Repeat, line for line, the entries below from the first line to the line containing "v7 (8.124038,2.5,-30)", counting both ends.

*** Opening of Data supplied ***

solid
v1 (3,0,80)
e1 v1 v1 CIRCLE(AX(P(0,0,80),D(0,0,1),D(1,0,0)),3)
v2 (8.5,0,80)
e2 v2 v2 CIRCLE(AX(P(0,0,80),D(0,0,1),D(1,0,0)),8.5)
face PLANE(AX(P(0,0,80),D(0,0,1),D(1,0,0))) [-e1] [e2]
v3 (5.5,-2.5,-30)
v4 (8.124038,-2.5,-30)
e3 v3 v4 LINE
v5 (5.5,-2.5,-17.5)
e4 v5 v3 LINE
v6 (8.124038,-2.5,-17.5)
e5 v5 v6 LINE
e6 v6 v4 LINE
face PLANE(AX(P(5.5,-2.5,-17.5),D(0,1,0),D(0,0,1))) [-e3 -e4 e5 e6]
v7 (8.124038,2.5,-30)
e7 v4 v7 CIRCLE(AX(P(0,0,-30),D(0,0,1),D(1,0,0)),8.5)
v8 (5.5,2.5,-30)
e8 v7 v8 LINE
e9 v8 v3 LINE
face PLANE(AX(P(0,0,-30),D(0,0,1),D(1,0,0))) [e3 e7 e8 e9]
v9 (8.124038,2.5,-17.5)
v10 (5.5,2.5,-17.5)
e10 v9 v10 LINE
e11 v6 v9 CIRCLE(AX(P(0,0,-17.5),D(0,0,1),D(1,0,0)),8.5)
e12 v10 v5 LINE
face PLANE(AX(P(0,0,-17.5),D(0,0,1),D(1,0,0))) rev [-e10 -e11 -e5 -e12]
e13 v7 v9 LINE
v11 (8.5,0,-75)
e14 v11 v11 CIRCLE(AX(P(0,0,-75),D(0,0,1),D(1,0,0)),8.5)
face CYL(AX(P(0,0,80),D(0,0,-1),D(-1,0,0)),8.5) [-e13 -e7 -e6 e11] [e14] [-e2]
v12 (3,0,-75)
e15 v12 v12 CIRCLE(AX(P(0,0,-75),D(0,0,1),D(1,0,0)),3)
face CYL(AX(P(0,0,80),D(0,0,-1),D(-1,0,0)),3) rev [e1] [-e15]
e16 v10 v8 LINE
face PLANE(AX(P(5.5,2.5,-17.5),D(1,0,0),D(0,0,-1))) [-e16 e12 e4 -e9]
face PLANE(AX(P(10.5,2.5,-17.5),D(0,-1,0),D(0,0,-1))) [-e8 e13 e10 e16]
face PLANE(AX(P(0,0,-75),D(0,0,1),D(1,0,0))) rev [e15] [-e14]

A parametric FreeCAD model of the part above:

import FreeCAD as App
import Part
import Sketcher
Q = App.Units.Quantity


def add_polygon(sketch, points):
    """Adds a closed chain of lines whose ends are joined by coincident constraints."""
    first, n = sketch.GeometryCount, len(points)
    for a, b in zip(points, points[1:] + points[:1]):
        sketch.addGeometry(Part.LineSegment(App.Vector(*a, 0), App.Vector(*b, 0)), False)
    for i in range(n):
        sketch.addConstraint(Sketcher.Constraint("Coincident", first + i, 2, first + (i + 1) % n, 1))

doc = App.newDocument("Part")
body = doc.addObject("PartDesign::Body", "Body")

# Sketch on XY plane
sketch1 = doc.addObject("Sketcher::SketchObject", "Sketch")
body.addObject(sketch1)
sketch1.AttachmentSupport = (doc.XY_Plane, [""])
sketch1.MapMode = "FlatFace"
sketch1.AttachmentOffset = App.Placement(App.Vector(0, 0, -75), App.Rotation())
sketch1.addGeometry(Part.Circle(App.Vector(0, 0, 0), App.Vector(0, 0, 1), 8.5), False)
sketch1.addGeometry(Part.Circle(App.Vector(0, 0, 0), App.Vector(0, 0, 1), 3), False)
sketch1.addConstraint(Sketcher.Constraint("Coincident", 0, 3, -1, 1))
sketch1.addConstraint(Sketcher.Constraint("Coincident", 1, 3, -1, 1))
sketch1.addConstraint(Sketcher.Constraint("Diameter", 0, Q("17 mm")))
sketch1.addConstraint(Sketcher.Constraint("Diameter", 1, Q("6 mm")))
pad1 = doc.addObject("PartDesign::Pad", "Pad")
body.addObject(pad1)
pad1.Profile = sketch1
pad1.Length = 155

# Sketch on XY plane
sketch2 = doc.addObject("Sketcher::SketchObject", "Sketch001")
body.addObject(sketch2)
sketch2.AttachmentSupport = (doc.XY_Plane, [""])
sketch2.MapMode = "FlatFace"
sketch2.AttachmentOffset = App.Placement(App.Vector(0, 0, -30), App.Rotation())
add_polygon(sketch2, [(5.5, 2.5), (5.5, -2.5), (10.5, -2.5), (10.5, 2.5)])  # lines 0-3
sketch2.addConstraint(Sketcher.Constraint("Vertical", 0))
sketch2.addConstraint(Sketcher.Constraint("Horizontal", 1))
sketch2.addConstraint(Sketcher.Constraint("Vertical", 2))
sketch2.addConstraint(Sketcher.Constraint("Horizontal", 3))
sketch2.addConstraint(Sketcher.Constraint("Equal", 3, 0))
sketch2.addConstraint(Sketcher.Constraint("DistanceX", 1, 1, 1, 2, Q("5 mm")))
sketch2.addConstraint(Sketcher.Constraint("DistanceX", -1, 1, 0, 2, Q("5.5 mm")))
sketch2.addConstraint(Sketcher.Constraint("DistanceY", 0, 2, -1, 1, Q("2.5 mm")))
pocket1 = doc.addObject("PartDesign::Pocket", "Pocket")
body.addObject(pocket1)
pocket1.Profile = sketch2
pocket1.Length = 12.5
pocket1.Reversed = True

doc.recompute()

*** Close of Data supplied ***

● **Solved problem**
solid
v1 (3,0,80)
e1 v1 v1 CIRCLE(AX(P(0,0,80),D(0,0,1),D(1,0,0)),3)
v2 (8.5,0,80)
e2 v2 v2 CIRCLE(AX(P(0,0,80),D(0,0,1),D(1,0,0)),8.5)
face PLANE(AX(P(0,0,80),D(0,0,1),D(1,0,0))) [-e1] [e2]
v3 (5.5,-2.5,-30)
v4 (8.124038,-2.5,-30)
e3 v3 v4 LINE
v5 (5.5,-2.5,-17.5)
e4 v5 v3 LINE
v6 (8.124038,-2.5,-17.5)
e5 v5 v6 LINE
e6 v6 v4 LINE
face PLANE(AX(P(5.5,-2.5,-17.5),D(0,1,0),D(0,0,1))) [-e3 -e4 e5 e6]
v7 (8.124038,2.5,-30)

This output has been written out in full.